Pierre-Alexandre Blanche, a professor of optics at the University of Arizona, said he’s very excited by the paper, which he said complements his own work. But he cautioned against getting too carried away.
“This is another milestone in the progress toward useful optical computing. But we are still far away to be competitive with electronics,” he told Singularity Hub in an email. “The argumentation about scalability, power consumption, speed etc. [in the paper] use a lot of conditional tense and assumptions which demonstrate that, if there is potential indeed, there is still a lot of research to be done.”
In particular, he pointed out that the system was only a partial solution to the problem. While the vast majority of neuronal computation involves multiplication of matrices, there is another component: calculating a non-linear response.
In the current paper this aspect of the computation was simulated on a regular computer. The researchers say in future models this function could be carried out by a so-called “saturable absorber” integrated into the waveguides that absorbs less light as the intensity increases.

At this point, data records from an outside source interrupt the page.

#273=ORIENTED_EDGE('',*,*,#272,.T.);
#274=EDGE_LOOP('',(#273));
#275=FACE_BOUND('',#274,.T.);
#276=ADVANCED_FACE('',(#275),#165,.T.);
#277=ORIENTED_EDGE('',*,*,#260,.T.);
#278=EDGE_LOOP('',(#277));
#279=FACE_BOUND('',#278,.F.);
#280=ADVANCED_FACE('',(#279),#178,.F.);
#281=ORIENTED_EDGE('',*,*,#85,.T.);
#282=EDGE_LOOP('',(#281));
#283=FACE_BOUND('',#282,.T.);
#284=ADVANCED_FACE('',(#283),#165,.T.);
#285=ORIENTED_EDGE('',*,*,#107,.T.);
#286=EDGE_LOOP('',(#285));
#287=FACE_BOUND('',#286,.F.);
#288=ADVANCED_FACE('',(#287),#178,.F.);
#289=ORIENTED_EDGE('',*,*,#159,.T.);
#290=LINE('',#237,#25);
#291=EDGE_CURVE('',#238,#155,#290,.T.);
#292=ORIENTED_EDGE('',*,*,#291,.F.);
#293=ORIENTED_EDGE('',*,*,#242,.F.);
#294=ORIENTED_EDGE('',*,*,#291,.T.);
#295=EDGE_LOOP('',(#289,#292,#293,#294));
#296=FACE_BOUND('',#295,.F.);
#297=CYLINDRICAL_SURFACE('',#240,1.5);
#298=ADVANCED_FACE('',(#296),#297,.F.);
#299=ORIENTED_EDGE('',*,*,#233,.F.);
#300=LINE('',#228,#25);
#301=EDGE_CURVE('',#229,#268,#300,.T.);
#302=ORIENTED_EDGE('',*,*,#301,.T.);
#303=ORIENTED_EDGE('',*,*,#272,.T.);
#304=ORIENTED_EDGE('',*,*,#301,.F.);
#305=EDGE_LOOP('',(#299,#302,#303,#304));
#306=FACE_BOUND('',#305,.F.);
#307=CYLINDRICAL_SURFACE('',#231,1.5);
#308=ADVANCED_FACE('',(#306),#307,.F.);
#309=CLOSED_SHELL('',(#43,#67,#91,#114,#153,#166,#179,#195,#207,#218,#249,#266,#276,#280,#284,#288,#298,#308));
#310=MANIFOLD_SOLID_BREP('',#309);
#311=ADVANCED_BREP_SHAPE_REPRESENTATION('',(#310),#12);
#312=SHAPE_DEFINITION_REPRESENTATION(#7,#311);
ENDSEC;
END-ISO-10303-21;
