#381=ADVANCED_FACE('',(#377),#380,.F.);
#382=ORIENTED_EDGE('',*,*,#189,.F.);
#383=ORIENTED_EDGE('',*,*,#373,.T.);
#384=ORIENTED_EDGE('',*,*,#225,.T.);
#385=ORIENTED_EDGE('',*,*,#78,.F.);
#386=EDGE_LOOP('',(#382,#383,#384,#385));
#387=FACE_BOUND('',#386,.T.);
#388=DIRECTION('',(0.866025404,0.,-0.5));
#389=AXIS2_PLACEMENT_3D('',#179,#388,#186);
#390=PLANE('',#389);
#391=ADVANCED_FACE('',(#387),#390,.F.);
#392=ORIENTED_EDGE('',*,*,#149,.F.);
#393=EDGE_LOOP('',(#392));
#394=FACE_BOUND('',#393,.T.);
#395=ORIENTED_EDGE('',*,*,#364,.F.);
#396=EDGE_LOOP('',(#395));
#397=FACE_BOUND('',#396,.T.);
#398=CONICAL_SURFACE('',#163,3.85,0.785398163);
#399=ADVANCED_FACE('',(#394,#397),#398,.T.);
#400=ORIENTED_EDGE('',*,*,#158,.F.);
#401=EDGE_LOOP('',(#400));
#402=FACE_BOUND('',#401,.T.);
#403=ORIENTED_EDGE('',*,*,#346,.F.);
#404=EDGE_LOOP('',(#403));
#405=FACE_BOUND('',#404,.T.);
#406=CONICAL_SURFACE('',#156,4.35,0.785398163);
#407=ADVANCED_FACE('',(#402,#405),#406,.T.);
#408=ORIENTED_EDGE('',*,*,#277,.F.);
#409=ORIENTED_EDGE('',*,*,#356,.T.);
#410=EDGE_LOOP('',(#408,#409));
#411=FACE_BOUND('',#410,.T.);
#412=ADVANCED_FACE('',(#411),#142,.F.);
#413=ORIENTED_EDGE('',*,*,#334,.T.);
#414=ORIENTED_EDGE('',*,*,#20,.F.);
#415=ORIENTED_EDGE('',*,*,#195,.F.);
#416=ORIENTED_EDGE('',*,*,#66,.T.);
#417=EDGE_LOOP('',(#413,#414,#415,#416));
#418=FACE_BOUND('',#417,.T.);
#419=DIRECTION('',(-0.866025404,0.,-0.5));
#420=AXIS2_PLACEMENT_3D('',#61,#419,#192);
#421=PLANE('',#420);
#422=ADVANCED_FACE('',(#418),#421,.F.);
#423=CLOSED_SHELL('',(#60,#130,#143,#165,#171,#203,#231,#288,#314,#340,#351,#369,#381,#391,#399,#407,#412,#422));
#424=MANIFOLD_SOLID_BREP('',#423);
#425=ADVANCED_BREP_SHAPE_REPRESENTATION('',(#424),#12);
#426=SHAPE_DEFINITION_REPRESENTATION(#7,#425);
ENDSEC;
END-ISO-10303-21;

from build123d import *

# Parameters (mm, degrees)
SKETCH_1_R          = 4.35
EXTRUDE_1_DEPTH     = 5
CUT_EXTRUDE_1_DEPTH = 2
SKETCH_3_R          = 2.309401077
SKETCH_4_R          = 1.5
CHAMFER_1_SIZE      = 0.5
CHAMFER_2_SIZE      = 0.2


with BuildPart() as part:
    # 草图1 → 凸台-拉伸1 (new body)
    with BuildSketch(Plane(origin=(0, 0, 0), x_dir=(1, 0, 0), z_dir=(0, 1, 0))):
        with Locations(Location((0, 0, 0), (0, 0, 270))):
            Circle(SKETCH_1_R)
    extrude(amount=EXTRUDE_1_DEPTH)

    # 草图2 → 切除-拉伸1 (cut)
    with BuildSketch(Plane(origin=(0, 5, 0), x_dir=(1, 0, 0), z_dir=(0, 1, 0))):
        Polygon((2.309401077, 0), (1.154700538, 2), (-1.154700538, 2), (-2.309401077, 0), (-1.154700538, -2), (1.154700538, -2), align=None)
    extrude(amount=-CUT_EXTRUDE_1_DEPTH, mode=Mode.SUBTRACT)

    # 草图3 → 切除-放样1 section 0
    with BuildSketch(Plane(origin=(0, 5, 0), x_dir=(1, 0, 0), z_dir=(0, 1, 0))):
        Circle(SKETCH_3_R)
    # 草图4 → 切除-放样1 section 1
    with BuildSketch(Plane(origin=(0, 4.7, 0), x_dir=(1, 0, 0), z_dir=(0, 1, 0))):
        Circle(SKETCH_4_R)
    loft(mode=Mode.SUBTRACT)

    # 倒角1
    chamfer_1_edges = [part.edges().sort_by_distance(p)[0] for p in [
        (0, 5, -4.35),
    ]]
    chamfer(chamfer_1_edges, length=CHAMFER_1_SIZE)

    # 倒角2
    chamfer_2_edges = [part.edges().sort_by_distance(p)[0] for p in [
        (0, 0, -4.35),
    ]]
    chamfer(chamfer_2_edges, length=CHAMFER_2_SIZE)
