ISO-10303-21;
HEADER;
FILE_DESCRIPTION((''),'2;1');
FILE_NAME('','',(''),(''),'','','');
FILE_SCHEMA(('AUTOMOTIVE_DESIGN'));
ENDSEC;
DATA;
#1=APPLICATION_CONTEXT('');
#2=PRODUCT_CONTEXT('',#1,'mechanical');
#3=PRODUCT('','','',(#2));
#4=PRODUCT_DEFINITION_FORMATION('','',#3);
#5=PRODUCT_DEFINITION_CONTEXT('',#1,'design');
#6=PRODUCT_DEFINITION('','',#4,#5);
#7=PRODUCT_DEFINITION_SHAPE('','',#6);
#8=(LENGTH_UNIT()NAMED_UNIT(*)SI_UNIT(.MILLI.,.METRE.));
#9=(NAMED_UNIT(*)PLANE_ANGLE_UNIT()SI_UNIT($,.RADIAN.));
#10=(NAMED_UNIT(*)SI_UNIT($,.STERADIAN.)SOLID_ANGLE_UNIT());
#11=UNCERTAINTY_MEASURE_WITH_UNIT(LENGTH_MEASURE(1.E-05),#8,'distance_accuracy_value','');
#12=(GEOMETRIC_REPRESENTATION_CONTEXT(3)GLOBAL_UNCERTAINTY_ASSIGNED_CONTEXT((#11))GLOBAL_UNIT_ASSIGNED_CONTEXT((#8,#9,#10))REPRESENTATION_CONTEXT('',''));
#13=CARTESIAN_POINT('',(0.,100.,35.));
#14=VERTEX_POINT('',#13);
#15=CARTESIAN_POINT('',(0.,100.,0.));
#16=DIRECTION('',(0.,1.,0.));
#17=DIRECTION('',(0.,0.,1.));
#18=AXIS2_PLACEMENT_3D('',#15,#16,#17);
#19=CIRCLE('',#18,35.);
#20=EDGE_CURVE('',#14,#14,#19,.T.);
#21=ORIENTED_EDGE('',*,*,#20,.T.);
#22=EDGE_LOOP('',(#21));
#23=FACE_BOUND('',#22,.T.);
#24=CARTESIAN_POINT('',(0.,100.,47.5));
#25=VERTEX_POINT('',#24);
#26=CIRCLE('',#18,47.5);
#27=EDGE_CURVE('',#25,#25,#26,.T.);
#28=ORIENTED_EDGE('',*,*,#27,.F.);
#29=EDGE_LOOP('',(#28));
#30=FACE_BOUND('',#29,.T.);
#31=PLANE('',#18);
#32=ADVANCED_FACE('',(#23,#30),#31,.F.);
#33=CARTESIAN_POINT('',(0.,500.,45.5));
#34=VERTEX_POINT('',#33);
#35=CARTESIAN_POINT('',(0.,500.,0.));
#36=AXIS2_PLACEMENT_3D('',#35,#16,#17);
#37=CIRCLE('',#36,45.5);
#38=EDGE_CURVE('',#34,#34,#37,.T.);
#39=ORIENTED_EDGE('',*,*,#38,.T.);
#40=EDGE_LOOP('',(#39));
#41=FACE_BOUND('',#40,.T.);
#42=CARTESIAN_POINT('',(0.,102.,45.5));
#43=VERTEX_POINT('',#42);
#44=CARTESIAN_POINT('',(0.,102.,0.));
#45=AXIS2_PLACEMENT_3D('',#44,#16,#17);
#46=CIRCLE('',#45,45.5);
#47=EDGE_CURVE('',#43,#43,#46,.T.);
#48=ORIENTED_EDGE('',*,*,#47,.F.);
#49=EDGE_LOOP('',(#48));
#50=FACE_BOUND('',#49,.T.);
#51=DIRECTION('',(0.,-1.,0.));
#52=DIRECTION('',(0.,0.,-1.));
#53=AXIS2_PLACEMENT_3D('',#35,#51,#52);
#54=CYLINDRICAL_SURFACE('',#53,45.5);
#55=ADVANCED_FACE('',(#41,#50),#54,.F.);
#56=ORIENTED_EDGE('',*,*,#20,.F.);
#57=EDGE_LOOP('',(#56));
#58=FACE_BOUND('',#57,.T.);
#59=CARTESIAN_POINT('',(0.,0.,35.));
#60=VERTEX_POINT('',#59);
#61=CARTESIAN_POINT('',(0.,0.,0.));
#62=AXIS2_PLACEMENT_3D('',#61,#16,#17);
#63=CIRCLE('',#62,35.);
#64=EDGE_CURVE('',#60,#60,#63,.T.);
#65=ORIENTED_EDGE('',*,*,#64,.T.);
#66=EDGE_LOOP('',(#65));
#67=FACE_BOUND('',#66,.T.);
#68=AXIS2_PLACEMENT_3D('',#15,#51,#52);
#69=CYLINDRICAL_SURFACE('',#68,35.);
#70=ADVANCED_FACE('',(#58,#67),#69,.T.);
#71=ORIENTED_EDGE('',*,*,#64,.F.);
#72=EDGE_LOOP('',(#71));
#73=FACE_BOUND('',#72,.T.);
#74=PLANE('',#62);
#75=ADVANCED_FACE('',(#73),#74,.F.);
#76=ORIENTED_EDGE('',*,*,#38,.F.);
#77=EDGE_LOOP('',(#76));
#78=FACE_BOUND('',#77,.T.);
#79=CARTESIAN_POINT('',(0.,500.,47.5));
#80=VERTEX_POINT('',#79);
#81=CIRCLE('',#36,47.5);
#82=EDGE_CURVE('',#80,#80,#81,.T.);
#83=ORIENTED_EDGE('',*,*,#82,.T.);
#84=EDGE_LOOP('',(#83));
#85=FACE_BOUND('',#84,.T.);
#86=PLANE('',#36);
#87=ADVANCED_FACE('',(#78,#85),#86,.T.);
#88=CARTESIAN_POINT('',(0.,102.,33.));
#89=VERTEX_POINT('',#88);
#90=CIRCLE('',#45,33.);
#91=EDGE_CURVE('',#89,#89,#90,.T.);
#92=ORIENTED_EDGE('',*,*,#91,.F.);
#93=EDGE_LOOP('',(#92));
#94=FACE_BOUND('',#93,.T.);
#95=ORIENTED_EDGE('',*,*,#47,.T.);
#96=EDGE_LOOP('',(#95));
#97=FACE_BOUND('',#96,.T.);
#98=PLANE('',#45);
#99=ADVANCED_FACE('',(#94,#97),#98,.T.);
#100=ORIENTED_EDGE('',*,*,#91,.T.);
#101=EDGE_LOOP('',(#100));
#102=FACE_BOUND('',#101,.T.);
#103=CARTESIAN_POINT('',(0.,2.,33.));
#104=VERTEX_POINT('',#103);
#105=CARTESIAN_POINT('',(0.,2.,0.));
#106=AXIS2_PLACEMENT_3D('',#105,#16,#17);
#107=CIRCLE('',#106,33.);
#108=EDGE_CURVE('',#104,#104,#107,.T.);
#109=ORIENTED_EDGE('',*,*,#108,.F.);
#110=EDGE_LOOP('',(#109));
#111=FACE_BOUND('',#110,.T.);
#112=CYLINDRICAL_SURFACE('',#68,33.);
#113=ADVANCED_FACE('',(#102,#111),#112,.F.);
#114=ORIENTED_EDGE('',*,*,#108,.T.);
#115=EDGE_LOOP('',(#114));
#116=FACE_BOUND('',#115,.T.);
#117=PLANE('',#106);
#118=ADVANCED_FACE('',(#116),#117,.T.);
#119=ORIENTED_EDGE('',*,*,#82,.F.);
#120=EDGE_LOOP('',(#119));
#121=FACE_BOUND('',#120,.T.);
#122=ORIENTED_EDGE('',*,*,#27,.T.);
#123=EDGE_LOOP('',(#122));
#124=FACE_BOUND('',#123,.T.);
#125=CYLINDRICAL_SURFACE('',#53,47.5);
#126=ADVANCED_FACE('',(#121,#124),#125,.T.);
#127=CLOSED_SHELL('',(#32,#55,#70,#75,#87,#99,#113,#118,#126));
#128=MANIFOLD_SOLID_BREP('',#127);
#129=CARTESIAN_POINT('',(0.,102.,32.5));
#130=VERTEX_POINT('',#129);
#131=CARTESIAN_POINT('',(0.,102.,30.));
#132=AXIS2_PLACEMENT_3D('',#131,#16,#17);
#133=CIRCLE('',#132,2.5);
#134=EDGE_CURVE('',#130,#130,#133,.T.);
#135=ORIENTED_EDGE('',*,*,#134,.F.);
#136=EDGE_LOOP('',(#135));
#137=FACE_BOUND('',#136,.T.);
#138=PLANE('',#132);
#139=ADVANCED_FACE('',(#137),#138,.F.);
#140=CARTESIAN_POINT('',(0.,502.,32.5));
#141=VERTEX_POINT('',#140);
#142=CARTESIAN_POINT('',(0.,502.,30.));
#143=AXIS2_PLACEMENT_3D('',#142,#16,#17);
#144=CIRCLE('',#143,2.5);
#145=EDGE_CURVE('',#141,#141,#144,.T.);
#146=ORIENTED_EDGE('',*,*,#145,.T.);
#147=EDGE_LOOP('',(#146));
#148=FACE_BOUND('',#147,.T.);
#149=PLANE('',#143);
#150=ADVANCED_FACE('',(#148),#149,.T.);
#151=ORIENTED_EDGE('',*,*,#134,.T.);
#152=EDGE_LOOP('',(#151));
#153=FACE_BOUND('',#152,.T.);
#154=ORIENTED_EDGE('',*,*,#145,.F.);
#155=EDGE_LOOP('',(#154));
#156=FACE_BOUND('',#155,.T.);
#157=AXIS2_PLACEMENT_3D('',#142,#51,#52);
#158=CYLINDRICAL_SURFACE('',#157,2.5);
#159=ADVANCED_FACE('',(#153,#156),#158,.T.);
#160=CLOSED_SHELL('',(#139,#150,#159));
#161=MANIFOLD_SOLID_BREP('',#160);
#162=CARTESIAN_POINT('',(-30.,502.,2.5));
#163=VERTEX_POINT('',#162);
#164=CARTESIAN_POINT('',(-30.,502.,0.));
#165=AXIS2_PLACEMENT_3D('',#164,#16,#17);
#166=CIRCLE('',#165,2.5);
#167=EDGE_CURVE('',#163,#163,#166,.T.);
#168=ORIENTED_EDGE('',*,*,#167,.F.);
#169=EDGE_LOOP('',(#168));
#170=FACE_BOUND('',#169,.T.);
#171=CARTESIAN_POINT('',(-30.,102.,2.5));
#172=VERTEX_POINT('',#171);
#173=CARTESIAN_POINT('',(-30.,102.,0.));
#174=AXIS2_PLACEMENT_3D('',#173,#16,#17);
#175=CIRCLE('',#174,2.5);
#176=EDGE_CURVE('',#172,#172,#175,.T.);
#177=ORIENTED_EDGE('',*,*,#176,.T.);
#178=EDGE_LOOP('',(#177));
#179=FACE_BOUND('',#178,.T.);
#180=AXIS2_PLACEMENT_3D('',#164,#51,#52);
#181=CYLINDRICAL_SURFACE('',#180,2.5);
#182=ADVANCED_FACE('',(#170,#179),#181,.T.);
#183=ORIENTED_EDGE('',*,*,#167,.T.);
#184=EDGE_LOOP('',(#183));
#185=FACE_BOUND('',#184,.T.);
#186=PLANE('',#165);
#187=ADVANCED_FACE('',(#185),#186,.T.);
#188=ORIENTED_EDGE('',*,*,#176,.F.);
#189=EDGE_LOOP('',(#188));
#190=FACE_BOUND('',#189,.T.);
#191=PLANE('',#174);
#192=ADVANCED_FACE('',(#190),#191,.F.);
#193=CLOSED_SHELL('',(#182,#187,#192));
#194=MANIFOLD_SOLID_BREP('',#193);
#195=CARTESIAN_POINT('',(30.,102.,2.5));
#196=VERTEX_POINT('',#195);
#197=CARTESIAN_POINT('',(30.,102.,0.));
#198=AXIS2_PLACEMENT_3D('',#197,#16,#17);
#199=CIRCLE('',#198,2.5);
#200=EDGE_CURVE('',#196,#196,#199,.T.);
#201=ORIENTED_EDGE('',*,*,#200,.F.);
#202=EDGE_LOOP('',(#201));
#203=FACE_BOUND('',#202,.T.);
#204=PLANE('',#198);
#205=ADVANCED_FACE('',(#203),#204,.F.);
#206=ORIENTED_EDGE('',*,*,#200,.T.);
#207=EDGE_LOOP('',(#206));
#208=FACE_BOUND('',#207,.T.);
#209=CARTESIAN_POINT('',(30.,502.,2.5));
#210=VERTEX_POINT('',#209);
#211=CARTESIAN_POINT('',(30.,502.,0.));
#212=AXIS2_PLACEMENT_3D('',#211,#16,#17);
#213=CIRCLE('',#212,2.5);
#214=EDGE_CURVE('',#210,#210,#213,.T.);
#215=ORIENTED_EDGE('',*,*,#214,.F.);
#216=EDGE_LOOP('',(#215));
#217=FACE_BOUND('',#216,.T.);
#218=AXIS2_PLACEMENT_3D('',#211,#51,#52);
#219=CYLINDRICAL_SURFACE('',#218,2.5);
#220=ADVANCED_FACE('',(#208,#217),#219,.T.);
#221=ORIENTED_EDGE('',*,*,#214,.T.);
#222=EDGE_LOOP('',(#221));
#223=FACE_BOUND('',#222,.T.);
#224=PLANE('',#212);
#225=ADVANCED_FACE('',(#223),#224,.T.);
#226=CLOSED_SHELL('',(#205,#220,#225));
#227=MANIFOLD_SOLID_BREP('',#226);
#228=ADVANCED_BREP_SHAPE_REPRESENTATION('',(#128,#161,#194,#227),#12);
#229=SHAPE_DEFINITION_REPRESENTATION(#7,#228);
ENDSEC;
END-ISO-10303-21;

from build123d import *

# Parameters (mm, degrees)
SKETCH1_R             = 35
BOSS_EXTRUDE1_DEPTH   = 100
SKETCH2_R             = 47.5
BOSS_EXTRUDE2_DEPTH   = 400
SHELL1_T              = -2
SKETCH3_R             = 2.5
BOSS_EXTRUDE3_DEPTH   = 400
BOSS_EXTRUDE3_2_DEPTH = 400
BOSS_EXTRUDE3_3_DEPTH = 400


with BuildPart() as part:
    # Sketch1 → Boss-Extrude1 (new body)
    with BuildSketch(Plane(origin=(0, 0, 0), x_dir=(1, 0, 0), z_dir=(0, 1, 0))):
        with Locations(Location((0, 0, 0), (0, 0, 270))):
            Circle(SKETCH1_R)
    extrude(amount=BOSS_EXTRUDE1_DEPTH)

    # Sketch2 → Boss-Extrude2 (add)
    with BuildSketch(Plane(origin=(0, 100, 0), x_dir=(1, 0, 0), z_dir=(0, 1, 0))):
        with Locations(Location((0, 0, 0), (0, 0, 270))):
            Circle(SKETCH2_R)
    extrude(amount=BOSS_EXTRUDE2_DEPTH)

    # Shell1
    shell1_openings = [part.faces().sort_by_distance(p)[0] for p in [
        (0, 500, 0),
    ]]
    offset(amount=SHELL1_T, openings=shell1_openings, kind=Kind.INTERSECTION)


with BuildPart() as body_2:
    # Sketch3 → Boss-Extrude3 (new body)
    with BuildSketch(Plane(origin=(0, 102, 0), x_dir=(1, 0, 0), z_dir=(0, 1, 0))):
        with Locations(Location((0, -30, 0), (0, 0, 270))):
            Circle(SKETCH3_R)
    extrude(amount=BOSS_EXTRUDE3_DEPTH)


with BuildPart() as body_3:
    # Sketch3 → Boss-Extrude3 2 (new body)
    with BuildSketch(Plane(origin=(0, 102, 0), x_dir=(1, 0, 0), z_dir=(0, 1, 0))):
        with Locations(Location((-30, 0, 0), (0, 0, 270))):
            Circle(SKETCH3_R)
    extrude(amount=BOSS_EXTRUDE3_2_DEPTH)


with BuildPart() as body_4:
    # Sketch3 → Boss-Extrude3 3 (new body)
    with BuildSketch(Plane(origin=(0, 102, 0), x_dir=(1, 0, 0), z_dir=(0, 1, 0))):
        with Locations(Location((30, 0, 0), (0, 0, 270))):
            Circle(SKETCH3_R)
    extrude(amount=BOSS_EXTRUDE3_3_DEPTH)


solid = Compound([part.part, body_2.part, body_3.part, body_4.part])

But Blanche notes that this is not a trivial problem and something his group is actually currently working on. “It is not like you can buy one at the drug store,” he says. Bhavin Shastri, a post-doc at Princeton whose group is also working on nanophotonic chips for implementing neural networks, said the research was important, as enabling matrix multiplications is a key step to enabling full-fledged photonic neural networks.
“Overall, this area of research is poised to usher in an exciting and promising field,” he added. “Neural networks implemented in photonic hardware could revolutionize how machines interact with ultrafast physical phenomena. Silicon photonics combines the analog device performance of photonics with the cost and scalability of silicon manufacturing.”